For mainstream tanker owners, the market is now highly distorted: asset prices — especially for old tonnage — are resilient while freight rates are low.

Old, large secondhand crude tankers have been sold at prices significantly above their scrap values, as they are the preferred tonnage for operators involved in Iranian or Venezuelan trades. This is despite their spot earnings being less than operating expenses in the non-sanctioned market.

“There is a disconnection between current recycling prices and what can be achieved selling vintage tonnage to undisclosed interests, telling a tale of how lucrative the potential sanctions-breaking business may be,” Frontline Management interim chief executive Lars Barstad told TradeWinds.

Lars Barstad, interim chief executive of Frontline Management, says it feels a bit demoting that the covert oil trade is seemingly allowed to continue. Photo: Contributed

“As law-abiding owners … it does feel a bit demoting to see how this business seemingly is allowed to carry on.”

Less competition

Some analysts believe most mainstream tanker owners actually face less competition as some ships are allocated to sanctioned business, but the overall size of ordinary trades is now smaller, with some importers — such as China — meeting parts of their demand with Iranian or Venezuelan oil.

Henry Curra, Braemar ACM’s global head of research, suggested the net impact could be hard to gauge, as vessels in sanctioned markets tend to be used less than those in non-sanctioned trades.

“Generally, we find old ships working in those trades are not very efficiently used," Curra said. "They're almost doing a third of what a modern tanker could do.”

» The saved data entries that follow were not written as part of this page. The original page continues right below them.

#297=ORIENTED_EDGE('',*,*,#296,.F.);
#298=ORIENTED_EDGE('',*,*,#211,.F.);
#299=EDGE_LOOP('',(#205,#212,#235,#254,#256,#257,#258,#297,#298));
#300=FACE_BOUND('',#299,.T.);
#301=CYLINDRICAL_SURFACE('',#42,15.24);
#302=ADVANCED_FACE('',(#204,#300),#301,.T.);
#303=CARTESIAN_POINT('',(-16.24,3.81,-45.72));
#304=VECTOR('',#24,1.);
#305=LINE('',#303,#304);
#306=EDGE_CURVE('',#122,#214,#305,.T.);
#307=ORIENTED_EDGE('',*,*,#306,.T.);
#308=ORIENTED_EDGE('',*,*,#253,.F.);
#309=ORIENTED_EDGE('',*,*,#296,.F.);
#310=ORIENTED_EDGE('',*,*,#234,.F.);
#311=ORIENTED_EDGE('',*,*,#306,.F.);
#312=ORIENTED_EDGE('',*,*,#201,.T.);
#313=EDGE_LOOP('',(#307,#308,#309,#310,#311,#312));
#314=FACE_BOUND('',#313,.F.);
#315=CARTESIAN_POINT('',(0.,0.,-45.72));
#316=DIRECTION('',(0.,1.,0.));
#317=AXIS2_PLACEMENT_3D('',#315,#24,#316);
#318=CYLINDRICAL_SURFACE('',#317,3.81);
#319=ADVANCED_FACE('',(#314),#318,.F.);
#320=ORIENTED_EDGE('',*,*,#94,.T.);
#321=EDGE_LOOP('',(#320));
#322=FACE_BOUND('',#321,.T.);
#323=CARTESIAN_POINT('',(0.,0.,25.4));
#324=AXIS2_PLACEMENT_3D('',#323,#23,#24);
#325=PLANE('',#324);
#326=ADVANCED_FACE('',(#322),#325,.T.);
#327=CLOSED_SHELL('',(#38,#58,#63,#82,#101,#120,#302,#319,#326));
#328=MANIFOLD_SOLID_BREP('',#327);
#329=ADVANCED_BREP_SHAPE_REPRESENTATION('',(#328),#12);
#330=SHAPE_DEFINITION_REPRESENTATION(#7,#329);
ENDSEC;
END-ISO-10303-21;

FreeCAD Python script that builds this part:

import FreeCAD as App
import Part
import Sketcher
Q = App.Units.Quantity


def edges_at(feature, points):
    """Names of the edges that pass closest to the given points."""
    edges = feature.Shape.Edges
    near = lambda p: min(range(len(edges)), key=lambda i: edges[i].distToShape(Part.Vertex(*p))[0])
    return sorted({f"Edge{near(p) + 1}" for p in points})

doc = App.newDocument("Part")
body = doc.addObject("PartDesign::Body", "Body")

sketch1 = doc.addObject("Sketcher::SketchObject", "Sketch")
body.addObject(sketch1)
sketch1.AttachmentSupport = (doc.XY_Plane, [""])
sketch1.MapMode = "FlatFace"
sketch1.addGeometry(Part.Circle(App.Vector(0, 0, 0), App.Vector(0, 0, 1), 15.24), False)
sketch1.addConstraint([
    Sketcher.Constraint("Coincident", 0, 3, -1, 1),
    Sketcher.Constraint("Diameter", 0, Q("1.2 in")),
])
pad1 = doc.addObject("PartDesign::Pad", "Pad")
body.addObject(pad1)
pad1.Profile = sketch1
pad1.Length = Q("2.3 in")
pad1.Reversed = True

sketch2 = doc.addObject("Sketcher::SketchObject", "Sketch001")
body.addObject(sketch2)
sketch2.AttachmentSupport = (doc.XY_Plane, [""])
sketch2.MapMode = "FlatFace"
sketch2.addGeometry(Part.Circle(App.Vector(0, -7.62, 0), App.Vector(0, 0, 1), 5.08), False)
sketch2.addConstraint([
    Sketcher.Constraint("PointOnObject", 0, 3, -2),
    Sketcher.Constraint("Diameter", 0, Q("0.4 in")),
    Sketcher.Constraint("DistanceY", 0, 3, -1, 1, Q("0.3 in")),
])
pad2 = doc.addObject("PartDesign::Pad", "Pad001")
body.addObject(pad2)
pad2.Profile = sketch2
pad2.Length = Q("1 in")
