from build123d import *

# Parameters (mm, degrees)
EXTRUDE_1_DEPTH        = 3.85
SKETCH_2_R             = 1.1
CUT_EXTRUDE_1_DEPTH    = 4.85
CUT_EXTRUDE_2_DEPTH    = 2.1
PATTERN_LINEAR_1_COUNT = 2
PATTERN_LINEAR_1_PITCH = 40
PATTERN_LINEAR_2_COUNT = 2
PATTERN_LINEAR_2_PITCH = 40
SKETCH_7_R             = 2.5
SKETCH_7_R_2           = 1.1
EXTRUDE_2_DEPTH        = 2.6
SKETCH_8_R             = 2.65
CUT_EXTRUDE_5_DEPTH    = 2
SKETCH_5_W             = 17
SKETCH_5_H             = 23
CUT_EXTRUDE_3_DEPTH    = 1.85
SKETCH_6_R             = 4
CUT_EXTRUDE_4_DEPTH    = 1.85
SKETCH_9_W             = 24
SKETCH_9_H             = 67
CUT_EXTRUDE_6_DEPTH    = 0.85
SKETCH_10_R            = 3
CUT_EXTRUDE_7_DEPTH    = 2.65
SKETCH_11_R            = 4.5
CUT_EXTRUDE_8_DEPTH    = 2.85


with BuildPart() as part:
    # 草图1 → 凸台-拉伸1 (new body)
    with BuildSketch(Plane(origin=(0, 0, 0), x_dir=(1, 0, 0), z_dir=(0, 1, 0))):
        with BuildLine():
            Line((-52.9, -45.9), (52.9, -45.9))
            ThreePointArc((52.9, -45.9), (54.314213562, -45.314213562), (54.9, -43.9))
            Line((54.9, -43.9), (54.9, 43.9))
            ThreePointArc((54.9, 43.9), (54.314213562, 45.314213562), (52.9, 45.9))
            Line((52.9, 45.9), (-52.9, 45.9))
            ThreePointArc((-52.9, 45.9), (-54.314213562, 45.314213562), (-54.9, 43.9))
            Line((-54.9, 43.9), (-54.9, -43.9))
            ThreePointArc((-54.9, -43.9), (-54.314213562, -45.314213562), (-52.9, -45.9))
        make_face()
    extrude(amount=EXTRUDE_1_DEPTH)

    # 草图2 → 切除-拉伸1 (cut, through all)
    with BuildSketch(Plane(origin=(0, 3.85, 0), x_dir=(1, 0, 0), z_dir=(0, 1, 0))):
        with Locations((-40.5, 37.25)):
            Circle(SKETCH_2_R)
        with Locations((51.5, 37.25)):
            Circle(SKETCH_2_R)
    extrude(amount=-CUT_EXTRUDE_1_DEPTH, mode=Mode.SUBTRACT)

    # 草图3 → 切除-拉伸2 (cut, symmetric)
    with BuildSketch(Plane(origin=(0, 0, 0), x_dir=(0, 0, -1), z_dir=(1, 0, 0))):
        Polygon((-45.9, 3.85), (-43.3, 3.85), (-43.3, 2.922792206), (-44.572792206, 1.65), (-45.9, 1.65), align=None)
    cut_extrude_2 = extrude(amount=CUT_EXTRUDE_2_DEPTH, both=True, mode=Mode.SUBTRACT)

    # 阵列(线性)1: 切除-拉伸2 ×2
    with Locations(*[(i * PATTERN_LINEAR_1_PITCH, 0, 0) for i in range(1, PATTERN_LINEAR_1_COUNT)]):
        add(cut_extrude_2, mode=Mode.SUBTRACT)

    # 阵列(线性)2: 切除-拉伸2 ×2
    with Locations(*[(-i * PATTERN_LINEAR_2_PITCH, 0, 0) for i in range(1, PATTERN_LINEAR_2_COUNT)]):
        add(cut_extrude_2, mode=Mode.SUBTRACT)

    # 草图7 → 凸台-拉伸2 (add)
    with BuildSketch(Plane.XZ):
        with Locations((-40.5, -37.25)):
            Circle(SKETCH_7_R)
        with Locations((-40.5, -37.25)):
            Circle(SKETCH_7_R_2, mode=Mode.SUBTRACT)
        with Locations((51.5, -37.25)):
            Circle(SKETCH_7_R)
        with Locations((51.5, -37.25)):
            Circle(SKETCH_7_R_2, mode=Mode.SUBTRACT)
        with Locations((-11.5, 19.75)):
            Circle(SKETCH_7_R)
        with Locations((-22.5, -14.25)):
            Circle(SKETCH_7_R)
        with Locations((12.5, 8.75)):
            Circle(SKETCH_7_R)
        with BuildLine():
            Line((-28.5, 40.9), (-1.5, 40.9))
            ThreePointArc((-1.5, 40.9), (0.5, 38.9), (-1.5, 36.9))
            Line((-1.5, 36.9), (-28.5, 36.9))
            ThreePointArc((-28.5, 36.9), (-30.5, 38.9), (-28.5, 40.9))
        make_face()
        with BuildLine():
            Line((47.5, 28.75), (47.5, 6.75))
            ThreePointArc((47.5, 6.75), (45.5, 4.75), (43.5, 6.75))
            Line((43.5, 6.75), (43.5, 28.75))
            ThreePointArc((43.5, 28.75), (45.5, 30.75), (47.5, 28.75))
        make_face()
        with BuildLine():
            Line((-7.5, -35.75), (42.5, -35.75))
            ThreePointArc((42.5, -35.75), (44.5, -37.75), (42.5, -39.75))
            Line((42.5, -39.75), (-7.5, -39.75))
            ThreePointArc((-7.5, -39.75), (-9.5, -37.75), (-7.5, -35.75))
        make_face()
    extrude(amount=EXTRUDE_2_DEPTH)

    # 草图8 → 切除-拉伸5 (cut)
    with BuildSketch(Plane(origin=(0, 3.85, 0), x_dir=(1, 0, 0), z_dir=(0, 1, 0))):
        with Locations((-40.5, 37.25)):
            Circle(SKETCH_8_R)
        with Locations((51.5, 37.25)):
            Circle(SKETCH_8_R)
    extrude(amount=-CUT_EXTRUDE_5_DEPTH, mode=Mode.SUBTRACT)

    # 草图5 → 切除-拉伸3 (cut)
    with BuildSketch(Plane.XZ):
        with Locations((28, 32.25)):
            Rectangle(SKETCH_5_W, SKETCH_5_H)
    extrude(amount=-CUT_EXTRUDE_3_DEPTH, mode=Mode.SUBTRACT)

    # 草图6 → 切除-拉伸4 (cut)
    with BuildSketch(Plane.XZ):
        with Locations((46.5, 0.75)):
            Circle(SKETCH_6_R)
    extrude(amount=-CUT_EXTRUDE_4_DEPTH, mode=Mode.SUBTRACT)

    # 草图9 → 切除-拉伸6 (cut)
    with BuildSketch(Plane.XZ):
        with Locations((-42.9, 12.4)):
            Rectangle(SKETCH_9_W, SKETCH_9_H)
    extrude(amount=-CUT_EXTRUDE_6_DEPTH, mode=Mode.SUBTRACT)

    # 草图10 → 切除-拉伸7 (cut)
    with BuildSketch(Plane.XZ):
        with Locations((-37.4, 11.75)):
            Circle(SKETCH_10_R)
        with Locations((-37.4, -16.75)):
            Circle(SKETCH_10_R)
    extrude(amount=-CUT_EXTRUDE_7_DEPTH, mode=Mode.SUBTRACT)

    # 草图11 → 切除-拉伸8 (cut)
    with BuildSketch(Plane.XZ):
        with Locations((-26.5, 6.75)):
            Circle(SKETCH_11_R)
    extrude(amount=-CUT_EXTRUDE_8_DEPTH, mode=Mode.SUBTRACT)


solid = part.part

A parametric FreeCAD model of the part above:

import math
import FreeCAD as App
import Part
import Sketcher
from FreeCAD import Vector
Q = App.Units.Quantity

doc = App.newDocument("Part")
body = doc.addObject("PartDesign::Body", "Body")

# Sketch on XZ plane
sketch1 = body.newObject("Sketcher::SketchObject", "Sketch")
sketch1.AttachmentSupport = (doc.getObject("XZ_Plane"), [""])
sketch1.MapMode = "FlatFace"
sketch1.addGeometry([
    Part.LineSegment(Vector(-52.9, 45.9, 0), Vector(52.9, 45.9, 0)),  # 0
    Part.ArcOfCircle(Part.Circle(Vector(52.9, 43.9, 0), Vector(0, 0, 1), 2), math.radians(0), math.radians(90)),  # 1
    Part.LineSegment(Vector(54.9, 43.9, 0), Vector(54.9, -43.9, 0)),  # 2
    Part.ArcOfCircle(Part.Circle(Vector(52.9, -43.9, 0), Vector(0, 0, 1), 2), math.radians(-90), math.radians(0)),  # 3
    Part.LineSegment(Vector(52.9, -45.9, 0), Vector(-52.9, -45.9, 0)),  # 4
    Part.ArcOfCircle(Part.Circle(Vector(-52.9, -43.9, 0), Vector(0, 0, 1), 2), math.radians(-180), math.radians(-90)),  # 5
    Part.LineSegment(Vector(-54.9, -43.9, 0), Vector(-54.9, 43.9, 0)),  # 6
    Part.ArcOfCircle(Part.Circle(Vector(-52.9, 43.9, 0), Vector(0, 0, 1), 2), math.radians(90), math.radians(180)),  # 7
], False)
sketch1.addConstraint([
    Sketcher.Constraint("Tangent", 0, 2, 1, 2),
    Sketcher.Constraint("Tangent", 1, 1, 2, 1),
    Sketcher.Constraint("Tangent", 2, 2, 3, 2),
    Sketcher.Constraint("Tangent", 3, 1, 4, 1),
    Sketcher.Constraint("Tangent", 4, 2, 5, 2),
    Sketcher.Constraint("Tangent", 5, 1, 6, 1),
    Sketcher.Constraint("Tangent", 6, 2, 7, 2),
    Sketcher.Constraint("Tangent", 7, 1, 0, 1),
    Sketcher.Constraint("Horizontal", 0),
    Sketcher.Constraint("Vertical", 2),
    Sketcher.Constraint("Horizontal", 4),
    Sketcher.Constraint("Vertical", 6),
    Sketcher.Constraint("Equal", 1, 3),
    Sketcher.Constraint("Equal", 3, 5),
    Sketcher.Constraint("Equal", 5, 7),
    Sketcher.Constraint("Symmetric", 1, 3, 5, 3, -1, 1),
    Sketcher.Constraint("Radius", 1, Q("2 mm")),
    Sketcher.Constraint("DistanceX", 0, 1, 0, 2, Q("105.8 mm")),
    Sketcher.Constraint("DistanceY", 2, 2, 2, 1, Q("87.8 mm")),
])
pad1 = body.newObject("PartDesign::Pad", "Pad")
pad1.Profile = sketch1
pad1.Length = 3.85
pad1.Reversed = True

# Sketch on XZ plane
sketch2 = body.newObject("Sketcher::SketchObject", "Sketch001")
sketch2.AttachmentSupport = (doc.getObject("XZ_Plane"), [""])
sketch2.MapMode = "FlatFace"
sketch2.AttachmentOffset = App.Placement(Vector(0, 0, -3.85), App.Rotation())
sketch2.addGeometry([
    Part.Circle(Vector(-40.5, -37.2, 0), Vector(0, 0, 1), 1.1),
    Part.Circle(Vector(51.5, -37.2, 0), Vector(0, 0, 1), 1.1),
], False)
sketch2.addConstraint([
    Sketcher.Constraint("Equal", 0, 1),
    Sketcher.Constraint("Horizontal", 0, 3, 1, 3),
    Sketcher.Constraint("Diameter", 0, Q("2.2 mm")),
    Sketcher.Constraint("DistanceX", 0, 3, 1, 3, Q("92 mm")),
    Sketcher.Constraint("DistanceX", 0, 3, -1, 1, Q("40.5 mm")),
    Sketcher.Constraint("DistanceY", 0, 3, -1, 1, Q("37.25 mm")),
])
pocket1 = body.newObject("PartDesign::Pocket", "Pocket")
pocket1.Profile = sketch2
pocket1.Type = "ThroughAll"
pocket1.Reversed = True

But the analyst said a greater concern is that sanctions-induced trading opportunities could delay scrapping of aged ships, thus prolonging tonnage oversupply.

“If there is crude moving on the vessels that would have otherwise been scrapped, that’s clearly bearish for the [freight] market,” he said.

Another analyst added that if the industry is looked at as a whole, ordinary owners suffering from weak earnings are compensated by high asset prices.

“The owners doing these [sanctioned] trades are getting higher freights, and the owners selling vessels to them are getting higher vessel prices than otherwise would be the case,” he said on condition of anonymity.

“I don’t think anybody in shipping loses from this, but some are earning more than they ought to.”